**AIM OF THE TASK:** Set down, character for character, everything in the records below from the line holding "#49=EDGE_LOOP('',(#21,#28,#34,#42,#45,#48));" down to the line holding "#119=EDGE_CURVE('',#115,#115,#118,.T.);", and no other line.

**EXCERPTED RECORDS:**
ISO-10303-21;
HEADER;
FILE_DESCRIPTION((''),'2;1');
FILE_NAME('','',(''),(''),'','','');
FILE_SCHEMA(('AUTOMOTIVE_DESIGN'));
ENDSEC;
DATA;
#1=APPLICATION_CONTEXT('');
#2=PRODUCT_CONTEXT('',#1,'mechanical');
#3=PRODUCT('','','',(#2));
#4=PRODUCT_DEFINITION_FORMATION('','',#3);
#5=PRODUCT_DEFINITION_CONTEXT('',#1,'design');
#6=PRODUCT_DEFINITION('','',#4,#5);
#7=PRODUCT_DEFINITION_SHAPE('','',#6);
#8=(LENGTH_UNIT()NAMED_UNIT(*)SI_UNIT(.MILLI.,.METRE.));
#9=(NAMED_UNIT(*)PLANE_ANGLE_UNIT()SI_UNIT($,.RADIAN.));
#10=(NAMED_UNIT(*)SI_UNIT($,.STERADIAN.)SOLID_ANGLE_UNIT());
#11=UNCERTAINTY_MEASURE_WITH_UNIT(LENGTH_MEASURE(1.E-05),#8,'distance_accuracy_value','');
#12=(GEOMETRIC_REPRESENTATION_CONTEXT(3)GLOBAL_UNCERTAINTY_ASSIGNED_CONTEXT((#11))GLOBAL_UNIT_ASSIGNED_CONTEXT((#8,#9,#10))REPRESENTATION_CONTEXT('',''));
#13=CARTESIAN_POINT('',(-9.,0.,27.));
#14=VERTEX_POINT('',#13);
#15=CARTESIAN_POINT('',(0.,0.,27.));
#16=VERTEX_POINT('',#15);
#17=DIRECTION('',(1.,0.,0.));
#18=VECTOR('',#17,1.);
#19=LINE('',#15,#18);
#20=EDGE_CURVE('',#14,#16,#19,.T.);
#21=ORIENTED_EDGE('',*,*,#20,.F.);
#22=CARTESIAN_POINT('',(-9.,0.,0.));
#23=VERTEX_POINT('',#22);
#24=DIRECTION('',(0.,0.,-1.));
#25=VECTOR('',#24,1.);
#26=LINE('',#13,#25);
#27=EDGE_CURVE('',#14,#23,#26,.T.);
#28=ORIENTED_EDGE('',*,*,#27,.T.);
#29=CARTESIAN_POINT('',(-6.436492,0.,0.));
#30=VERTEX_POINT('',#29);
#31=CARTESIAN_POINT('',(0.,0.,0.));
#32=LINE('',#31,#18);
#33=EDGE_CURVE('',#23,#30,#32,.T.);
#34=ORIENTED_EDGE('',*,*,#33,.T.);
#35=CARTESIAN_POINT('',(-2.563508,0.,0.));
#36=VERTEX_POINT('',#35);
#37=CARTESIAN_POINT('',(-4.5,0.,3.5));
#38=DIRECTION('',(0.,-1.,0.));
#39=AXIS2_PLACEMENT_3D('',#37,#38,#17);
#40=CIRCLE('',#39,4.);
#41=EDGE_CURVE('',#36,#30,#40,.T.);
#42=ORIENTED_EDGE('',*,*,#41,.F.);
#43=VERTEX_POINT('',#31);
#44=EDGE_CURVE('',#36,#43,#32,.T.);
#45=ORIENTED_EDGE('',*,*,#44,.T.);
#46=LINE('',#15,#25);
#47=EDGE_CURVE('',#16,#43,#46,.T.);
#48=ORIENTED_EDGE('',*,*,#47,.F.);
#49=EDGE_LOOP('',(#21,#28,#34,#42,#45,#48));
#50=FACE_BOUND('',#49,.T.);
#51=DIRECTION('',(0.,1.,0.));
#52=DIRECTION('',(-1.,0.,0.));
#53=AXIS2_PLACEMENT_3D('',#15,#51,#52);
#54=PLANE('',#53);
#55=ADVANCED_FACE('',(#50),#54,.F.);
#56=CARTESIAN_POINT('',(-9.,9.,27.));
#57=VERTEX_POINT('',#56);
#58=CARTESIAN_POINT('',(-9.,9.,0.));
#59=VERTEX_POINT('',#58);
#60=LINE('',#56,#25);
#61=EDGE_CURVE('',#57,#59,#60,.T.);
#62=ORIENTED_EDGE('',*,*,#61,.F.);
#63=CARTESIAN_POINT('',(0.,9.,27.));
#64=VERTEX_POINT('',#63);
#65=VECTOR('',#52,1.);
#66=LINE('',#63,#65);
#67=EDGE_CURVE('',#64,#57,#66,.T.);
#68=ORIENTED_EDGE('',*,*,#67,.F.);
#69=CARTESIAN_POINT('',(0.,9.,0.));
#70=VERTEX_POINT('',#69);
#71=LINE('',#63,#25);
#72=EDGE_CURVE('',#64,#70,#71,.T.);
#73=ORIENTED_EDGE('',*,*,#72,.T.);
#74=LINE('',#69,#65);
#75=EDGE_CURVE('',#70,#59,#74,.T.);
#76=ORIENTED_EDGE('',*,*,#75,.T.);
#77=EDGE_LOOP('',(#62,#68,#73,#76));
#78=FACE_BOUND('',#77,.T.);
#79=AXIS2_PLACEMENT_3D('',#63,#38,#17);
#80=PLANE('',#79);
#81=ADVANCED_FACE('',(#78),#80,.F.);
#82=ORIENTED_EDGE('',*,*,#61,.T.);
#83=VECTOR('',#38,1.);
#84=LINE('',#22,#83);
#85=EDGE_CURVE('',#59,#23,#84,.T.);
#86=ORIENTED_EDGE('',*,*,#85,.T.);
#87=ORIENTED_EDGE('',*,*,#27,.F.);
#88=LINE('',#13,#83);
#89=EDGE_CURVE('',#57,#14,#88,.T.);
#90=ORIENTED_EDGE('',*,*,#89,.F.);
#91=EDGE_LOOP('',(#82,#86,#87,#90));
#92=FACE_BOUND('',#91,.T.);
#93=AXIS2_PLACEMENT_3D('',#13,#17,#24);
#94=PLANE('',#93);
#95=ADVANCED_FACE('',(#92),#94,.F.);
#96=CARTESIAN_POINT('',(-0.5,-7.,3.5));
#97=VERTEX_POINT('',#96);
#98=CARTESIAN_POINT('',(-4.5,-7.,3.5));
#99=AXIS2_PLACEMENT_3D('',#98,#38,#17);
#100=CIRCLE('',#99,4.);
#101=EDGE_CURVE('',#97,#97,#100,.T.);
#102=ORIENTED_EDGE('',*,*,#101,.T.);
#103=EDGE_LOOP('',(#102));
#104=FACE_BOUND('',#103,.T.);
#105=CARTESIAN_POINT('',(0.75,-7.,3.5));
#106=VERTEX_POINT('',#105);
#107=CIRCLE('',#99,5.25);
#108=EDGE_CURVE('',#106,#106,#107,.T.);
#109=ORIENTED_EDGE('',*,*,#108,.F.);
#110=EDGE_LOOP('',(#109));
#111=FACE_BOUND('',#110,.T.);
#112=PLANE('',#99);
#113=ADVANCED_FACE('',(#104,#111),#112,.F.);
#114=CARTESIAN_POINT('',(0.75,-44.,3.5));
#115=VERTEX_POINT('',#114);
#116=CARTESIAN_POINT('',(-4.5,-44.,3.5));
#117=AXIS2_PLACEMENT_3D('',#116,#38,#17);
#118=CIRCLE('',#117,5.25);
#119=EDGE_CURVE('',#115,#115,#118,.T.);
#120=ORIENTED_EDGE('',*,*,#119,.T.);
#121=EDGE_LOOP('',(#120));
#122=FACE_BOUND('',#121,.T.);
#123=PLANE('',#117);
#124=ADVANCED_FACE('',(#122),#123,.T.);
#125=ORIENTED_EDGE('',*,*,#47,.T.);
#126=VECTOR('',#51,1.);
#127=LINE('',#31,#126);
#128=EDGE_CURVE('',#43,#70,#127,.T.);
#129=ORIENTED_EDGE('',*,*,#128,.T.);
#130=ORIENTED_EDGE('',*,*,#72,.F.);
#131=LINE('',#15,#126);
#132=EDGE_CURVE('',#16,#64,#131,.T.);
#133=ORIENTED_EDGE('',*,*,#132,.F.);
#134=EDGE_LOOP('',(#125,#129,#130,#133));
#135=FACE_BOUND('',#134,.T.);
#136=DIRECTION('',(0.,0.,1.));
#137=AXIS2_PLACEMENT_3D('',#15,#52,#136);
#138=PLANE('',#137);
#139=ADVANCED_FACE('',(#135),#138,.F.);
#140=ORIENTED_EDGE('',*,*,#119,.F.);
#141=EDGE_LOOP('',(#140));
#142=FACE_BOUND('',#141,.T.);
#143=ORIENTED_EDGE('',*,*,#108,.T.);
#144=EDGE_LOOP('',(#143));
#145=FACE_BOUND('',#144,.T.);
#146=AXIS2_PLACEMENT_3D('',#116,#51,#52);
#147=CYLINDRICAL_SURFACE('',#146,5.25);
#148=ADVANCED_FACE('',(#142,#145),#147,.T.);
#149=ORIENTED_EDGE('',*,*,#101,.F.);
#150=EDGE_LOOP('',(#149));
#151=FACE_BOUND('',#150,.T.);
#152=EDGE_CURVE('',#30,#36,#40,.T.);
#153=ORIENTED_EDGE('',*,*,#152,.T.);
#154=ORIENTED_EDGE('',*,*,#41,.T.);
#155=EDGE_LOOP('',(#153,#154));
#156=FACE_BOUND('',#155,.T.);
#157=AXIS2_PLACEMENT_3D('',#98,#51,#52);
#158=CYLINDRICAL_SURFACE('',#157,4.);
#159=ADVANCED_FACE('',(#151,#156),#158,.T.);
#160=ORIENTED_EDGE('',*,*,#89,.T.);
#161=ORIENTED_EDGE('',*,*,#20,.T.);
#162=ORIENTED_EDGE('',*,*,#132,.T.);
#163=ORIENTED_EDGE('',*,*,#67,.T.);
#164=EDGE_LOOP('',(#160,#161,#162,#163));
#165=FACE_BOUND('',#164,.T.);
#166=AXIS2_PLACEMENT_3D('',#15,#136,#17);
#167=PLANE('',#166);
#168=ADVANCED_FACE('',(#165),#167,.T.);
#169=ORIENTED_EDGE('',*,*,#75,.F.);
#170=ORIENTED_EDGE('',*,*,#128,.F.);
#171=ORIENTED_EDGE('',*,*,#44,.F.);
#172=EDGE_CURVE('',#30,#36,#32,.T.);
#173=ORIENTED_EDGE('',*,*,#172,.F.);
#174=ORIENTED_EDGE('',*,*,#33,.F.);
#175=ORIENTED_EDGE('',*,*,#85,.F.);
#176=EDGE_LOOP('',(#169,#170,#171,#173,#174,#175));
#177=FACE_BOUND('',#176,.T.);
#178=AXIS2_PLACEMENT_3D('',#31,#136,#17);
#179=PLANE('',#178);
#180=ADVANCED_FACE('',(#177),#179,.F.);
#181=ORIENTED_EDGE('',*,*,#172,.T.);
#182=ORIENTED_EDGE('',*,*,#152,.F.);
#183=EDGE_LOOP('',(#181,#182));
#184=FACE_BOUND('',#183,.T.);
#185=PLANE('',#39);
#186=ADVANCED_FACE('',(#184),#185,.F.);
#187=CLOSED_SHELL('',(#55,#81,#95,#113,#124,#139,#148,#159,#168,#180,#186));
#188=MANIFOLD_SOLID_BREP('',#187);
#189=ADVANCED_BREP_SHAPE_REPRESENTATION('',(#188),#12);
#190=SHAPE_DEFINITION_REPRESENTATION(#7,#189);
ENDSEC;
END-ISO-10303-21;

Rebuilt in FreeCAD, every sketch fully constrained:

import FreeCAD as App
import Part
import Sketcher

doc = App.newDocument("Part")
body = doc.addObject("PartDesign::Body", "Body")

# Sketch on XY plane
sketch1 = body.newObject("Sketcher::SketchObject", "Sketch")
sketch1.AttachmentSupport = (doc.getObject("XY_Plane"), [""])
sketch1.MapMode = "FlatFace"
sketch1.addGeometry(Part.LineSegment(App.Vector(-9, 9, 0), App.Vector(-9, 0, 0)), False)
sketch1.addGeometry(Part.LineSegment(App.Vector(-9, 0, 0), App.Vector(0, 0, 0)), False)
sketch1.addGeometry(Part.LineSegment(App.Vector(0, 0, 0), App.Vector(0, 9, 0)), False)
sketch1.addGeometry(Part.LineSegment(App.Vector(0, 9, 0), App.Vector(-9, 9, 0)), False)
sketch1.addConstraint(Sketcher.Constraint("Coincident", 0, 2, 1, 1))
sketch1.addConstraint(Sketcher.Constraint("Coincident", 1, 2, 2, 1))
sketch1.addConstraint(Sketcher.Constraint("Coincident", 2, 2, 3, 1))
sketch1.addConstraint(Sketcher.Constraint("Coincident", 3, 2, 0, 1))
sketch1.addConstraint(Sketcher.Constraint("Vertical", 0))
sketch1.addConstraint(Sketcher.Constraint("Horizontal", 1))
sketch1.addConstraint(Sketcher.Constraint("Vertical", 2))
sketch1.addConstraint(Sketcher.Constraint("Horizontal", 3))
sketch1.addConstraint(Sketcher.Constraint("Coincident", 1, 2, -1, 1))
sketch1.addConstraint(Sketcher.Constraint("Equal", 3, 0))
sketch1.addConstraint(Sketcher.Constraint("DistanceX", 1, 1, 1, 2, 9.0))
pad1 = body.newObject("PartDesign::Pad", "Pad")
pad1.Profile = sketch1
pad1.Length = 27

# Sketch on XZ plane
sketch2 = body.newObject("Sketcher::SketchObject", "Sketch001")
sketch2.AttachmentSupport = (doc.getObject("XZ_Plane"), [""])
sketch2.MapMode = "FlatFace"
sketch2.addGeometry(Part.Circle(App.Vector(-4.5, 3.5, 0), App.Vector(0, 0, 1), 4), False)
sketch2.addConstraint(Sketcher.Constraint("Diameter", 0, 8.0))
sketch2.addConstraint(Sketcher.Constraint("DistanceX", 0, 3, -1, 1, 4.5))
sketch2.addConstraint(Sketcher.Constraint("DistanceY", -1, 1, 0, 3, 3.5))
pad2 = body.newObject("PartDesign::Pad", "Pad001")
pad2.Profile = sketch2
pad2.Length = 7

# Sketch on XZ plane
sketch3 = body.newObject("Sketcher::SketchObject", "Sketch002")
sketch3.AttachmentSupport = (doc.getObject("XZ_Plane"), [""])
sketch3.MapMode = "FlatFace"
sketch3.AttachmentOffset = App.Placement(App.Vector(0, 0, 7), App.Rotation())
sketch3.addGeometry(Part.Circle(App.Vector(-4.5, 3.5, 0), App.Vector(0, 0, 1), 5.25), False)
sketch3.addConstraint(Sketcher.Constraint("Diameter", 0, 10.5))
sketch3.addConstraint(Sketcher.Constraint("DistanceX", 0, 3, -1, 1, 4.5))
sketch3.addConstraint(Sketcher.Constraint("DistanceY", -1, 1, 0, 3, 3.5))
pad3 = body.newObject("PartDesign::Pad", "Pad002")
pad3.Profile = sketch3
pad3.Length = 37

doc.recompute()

**SOLUTION FOR THIS EXERCISE:**
#49=EDGE_LOOP('',(#21,#28,#34,#42,#45,#48));
#50=FACE_BOUND('',#49,.T.);
#51=DIRECTION('',(0.,1.,0.));
#52=DIRECTION('',(-1.,0.,0.));
#53=AXIS2_PLACEMENT_3D('',#15,#51,#52);
#54=PLANE('',#53);
#55=ADVANCED_FACE('',(#50),#54,.F.);
#56=CARTESIAN_POINT('',(-9.,9.,27.));
#57=VERTEX_POINT('',#56);
#58=CARTESIAN_POINT('',(-9.,9.,0.));
#59=VERTEX_POINT('',#58);
#60=LINE('',#56,#25);
#61=EDGE_CURVE('',#57,#59,#60,.T.);
#62=ORIENTED_EDGE('',*,*,#61,.F.);
#63=CARTESIAN_POINT('',(0.,9.,27.));
#64=VERTEX_POINT('',#63);
#65=VECTOR('',#52,1.);
#66=LINE('',#63,#65);
#67=EDGE_CURVE('',#64,#57,#66,.T.);
#68=ORIENTED_EDGE('',*,*,#67,.F.);
#69=CARTESIAN_POINT('',(0.,9.,0.));
#70=VERTEX_POINT('',#69);
#71=LINE('',#63,#25);
#72=EDGE_CURVE('',#64,#70,#71,.T.);
#73=ORIENTED_EDGE('',*,*,#72,.T.);
#74=LINE('',#69,#65);
#75=EDGE_CURVE('',#70,#59,#74,.T.);
#76=ORIENTED_EDGE('',*,*,#75,.T.);
#77=EDGE_LOOP('',(#62,#68,#73,#76));
#78=FACE_BOUND('',#77,.T.);
#79=AXIS2_PLACEMENT_3D('',#63,#38,#17);
#80=PLANE('',#79);
#81=ADVANCED_FACE('',(#78),#80,.F.);
#82=ORIENTED_EDGE('',*,*,#61,.T.);
#83=VECTOR('',#38,1.);
#84=LINE('',#22,#83);
#85=EDGE_CURVE('',#59,#23,#84,.T.);
#86=ORIENTED_EDGE('',*,*,#85,.T.);
#87=ORIENTED_EDGE('',*,*,#27,.F.);
#88=LINE('',#13,#83);
#89=EDGE_CURVE('',#57,#14,#88,.T.);
#90=ORIENTED_EDGE('',*,*,#89,.F.);
#91=EDGE_LOOP('',(#82,#86,#87,#90));
#92=FACE_BOUND('',#91,.T.);
#93=AXIS2_PLACEMENT_3D('',#13,#17,#24);
#94=PLANE('',#93);
#95=ADVANCED_FACE('',(#92),#94,.F.);
#96=CARTESIAN_POINT('',(-0.5,-7.,3.5));
#97=VERTEX_POINT('',#96);
#98=CARTESIAN_POINT('',(-4.5,-7.,3.5));
#99=AXIS2_PLACEMENT_3D('',#98,#38,#17);
#100=CIRCLE('',#99,4.);
#101=EDGE_CURVE('',#97,#97,#100,.T.);
#102=ORIENTED_EDGE('',*,*,#101,.T.);
#103=EDGE_LOOP('',(#102));
#104=FACE_BOUND('',#103,.T.);
#105=CARTESIAN_POINT('',(0.75,-7.,3.5));
#106=VERTEX_POINT('',#105);
#107=CIRCLE('',#99,5.25);
#108=EDGE_CURVE('',#106,#106,#107,.T.);
#109=ORIENTED_EDGE('',*,*,#108,.F.);
#110=EDGE_LOOP('',(#109));
#111=FACE_BOUND('',#110,.T.);
#112=PLANE('',#99);
#113=ADVANCED_FACE('',(#104,#111),#112,.F.);
#114=CARTESIAN_POINT('',(0.75,-44.,3.5));
#115=VERTEX_POINT('',#114);
#116=CARTESIAN_POINT('',(-4.5,-44.,3.5));
#117=AXIS2_PLACEMENT_3D('',#116,#38,#17);
#118=CIRCLE('',#117,5.25);
#119=EDGE_CURVE('',#115,#115,#118,.T.);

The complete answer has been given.